(Stored data entries)
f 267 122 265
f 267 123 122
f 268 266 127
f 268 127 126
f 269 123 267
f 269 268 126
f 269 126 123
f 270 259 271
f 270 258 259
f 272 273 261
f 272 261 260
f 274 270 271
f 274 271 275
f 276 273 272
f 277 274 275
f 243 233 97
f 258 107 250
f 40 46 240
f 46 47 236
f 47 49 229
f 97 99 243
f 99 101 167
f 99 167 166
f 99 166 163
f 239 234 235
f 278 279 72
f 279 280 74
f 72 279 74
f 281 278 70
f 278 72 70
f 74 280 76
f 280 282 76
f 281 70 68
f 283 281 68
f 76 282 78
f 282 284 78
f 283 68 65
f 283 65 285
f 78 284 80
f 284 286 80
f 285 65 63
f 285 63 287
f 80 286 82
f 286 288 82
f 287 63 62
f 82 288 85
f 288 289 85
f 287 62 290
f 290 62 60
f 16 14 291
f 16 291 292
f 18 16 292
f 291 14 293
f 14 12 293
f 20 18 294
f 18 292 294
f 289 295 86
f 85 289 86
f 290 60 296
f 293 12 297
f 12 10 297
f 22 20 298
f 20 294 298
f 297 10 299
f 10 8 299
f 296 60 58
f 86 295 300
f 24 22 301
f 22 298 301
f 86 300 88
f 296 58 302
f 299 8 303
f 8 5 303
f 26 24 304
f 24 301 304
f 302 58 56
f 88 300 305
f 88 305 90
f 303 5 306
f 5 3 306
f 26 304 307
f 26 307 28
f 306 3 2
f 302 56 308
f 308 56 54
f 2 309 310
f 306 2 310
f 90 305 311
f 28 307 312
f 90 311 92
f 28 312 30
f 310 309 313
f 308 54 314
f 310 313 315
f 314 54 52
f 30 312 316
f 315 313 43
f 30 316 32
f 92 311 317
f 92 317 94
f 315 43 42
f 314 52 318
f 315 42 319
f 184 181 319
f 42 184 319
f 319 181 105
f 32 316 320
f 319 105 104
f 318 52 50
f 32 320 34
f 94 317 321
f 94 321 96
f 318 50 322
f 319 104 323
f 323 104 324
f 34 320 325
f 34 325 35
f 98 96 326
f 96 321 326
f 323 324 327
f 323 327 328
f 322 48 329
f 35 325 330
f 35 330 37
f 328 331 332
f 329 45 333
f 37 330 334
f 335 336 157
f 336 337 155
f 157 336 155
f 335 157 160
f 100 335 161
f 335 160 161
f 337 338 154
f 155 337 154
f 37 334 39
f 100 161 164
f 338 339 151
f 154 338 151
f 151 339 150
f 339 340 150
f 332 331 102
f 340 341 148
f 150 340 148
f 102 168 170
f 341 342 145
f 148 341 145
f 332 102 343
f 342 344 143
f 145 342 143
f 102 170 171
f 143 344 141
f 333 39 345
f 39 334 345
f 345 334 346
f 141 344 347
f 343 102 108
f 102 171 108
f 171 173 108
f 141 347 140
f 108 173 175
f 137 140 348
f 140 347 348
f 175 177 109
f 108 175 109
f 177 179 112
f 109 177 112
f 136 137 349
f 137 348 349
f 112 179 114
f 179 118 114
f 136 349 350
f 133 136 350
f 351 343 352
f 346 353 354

---

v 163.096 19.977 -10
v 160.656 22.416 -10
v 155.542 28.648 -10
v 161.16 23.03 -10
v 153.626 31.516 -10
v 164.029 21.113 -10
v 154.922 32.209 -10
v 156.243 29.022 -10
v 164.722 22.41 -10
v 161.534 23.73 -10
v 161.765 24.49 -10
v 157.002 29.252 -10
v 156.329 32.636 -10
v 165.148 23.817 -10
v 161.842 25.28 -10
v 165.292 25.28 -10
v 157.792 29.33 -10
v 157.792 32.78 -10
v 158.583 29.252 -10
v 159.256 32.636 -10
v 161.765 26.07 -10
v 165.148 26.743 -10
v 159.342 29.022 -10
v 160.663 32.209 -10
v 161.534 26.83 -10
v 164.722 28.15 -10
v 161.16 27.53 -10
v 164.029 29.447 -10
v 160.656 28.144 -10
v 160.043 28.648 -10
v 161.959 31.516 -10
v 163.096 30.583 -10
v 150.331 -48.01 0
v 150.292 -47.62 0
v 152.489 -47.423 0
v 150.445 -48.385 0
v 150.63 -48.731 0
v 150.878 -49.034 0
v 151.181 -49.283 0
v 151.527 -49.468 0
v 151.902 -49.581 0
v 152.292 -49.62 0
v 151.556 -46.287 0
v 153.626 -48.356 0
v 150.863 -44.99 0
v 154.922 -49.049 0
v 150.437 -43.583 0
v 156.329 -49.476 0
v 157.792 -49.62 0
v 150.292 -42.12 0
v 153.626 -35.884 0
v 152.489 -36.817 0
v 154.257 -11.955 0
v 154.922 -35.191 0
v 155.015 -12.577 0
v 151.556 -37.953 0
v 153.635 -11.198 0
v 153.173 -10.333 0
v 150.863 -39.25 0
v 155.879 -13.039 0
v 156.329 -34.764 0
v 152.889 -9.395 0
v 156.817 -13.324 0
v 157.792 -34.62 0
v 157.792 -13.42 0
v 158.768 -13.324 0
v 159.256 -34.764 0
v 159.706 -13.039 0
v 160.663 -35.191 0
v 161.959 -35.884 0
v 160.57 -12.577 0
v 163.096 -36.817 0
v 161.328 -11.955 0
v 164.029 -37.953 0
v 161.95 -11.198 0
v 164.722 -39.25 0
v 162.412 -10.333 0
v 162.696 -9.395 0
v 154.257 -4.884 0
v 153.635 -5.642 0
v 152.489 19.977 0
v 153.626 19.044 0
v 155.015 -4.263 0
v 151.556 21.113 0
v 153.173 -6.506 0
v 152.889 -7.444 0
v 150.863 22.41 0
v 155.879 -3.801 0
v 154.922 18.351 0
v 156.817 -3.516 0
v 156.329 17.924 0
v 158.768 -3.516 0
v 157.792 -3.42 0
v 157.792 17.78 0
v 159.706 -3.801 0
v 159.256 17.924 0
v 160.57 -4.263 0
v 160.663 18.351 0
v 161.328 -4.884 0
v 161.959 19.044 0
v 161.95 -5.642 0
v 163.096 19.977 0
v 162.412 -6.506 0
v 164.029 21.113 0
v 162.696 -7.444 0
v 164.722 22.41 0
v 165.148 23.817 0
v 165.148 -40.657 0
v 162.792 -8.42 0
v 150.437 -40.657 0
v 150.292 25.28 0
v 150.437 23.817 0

...

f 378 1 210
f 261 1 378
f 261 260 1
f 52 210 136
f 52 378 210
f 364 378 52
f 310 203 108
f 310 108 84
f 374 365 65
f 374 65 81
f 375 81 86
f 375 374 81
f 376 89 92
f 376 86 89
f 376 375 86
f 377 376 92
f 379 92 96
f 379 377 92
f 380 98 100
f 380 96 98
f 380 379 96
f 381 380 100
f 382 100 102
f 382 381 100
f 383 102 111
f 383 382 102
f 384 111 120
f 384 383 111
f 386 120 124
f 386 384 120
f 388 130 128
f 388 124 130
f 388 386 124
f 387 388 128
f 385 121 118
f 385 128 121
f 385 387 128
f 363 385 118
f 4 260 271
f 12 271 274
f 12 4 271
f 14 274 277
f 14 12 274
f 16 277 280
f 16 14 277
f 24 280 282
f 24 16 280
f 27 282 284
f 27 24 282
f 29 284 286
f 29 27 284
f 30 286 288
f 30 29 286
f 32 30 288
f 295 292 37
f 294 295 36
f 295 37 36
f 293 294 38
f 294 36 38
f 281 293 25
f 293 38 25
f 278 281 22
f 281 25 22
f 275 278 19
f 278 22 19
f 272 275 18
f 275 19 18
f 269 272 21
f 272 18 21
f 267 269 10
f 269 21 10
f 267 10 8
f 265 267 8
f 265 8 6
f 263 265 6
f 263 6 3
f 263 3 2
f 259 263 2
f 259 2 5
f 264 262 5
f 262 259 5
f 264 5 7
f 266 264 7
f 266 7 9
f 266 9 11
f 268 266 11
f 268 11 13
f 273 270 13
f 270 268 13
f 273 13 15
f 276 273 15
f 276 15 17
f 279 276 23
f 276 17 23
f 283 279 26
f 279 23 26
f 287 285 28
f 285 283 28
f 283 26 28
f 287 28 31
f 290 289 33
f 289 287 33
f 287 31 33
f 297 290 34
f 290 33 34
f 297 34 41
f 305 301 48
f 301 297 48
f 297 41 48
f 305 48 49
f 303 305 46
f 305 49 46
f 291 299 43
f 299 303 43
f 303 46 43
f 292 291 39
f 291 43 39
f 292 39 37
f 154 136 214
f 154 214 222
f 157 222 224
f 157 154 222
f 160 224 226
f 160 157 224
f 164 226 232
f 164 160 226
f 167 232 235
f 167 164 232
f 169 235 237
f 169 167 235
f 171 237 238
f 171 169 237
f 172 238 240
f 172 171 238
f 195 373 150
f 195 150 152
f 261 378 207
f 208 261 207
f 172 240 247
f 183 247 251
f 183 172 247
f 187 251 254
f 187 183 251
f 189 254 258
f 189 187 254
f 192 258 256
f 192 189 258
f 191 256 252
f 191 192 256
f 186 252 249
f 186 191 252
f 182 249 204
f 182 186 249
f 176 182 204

▶ **INSTRUCTIONS TO FOLLOW**: Start with the line above that contains "f 382 381 100" and stop after the line that contains "f 295 37 36". Output those lines exactly, and only those.

▶ **TASK RESULT**:
f 382 381 100
f 383 102 111
f 383 382 102
f 384 111 120
f 384 383 111
f 386 120 124
f 386 384 120
f 388 130 128
f 388 124 130
f 388 386 124
f 387 388 128
f 385 121 118
f 385 128 121
f 385 387 128
f 363 385 118
f 4 260 271
f 12 271 274
f 12 4 271
f 14 274 277
f 14 12 274
f 16 277 280
f 16 14 277
f 24 280 282
f 24 16 280
f 27 282 284
f 27 24 282
f 29 284 286
f 29 27 284
f 30 286 288
f 30 29 286
f 32 30 288
f 295 292 37
f 294 295 36
f 295 37 36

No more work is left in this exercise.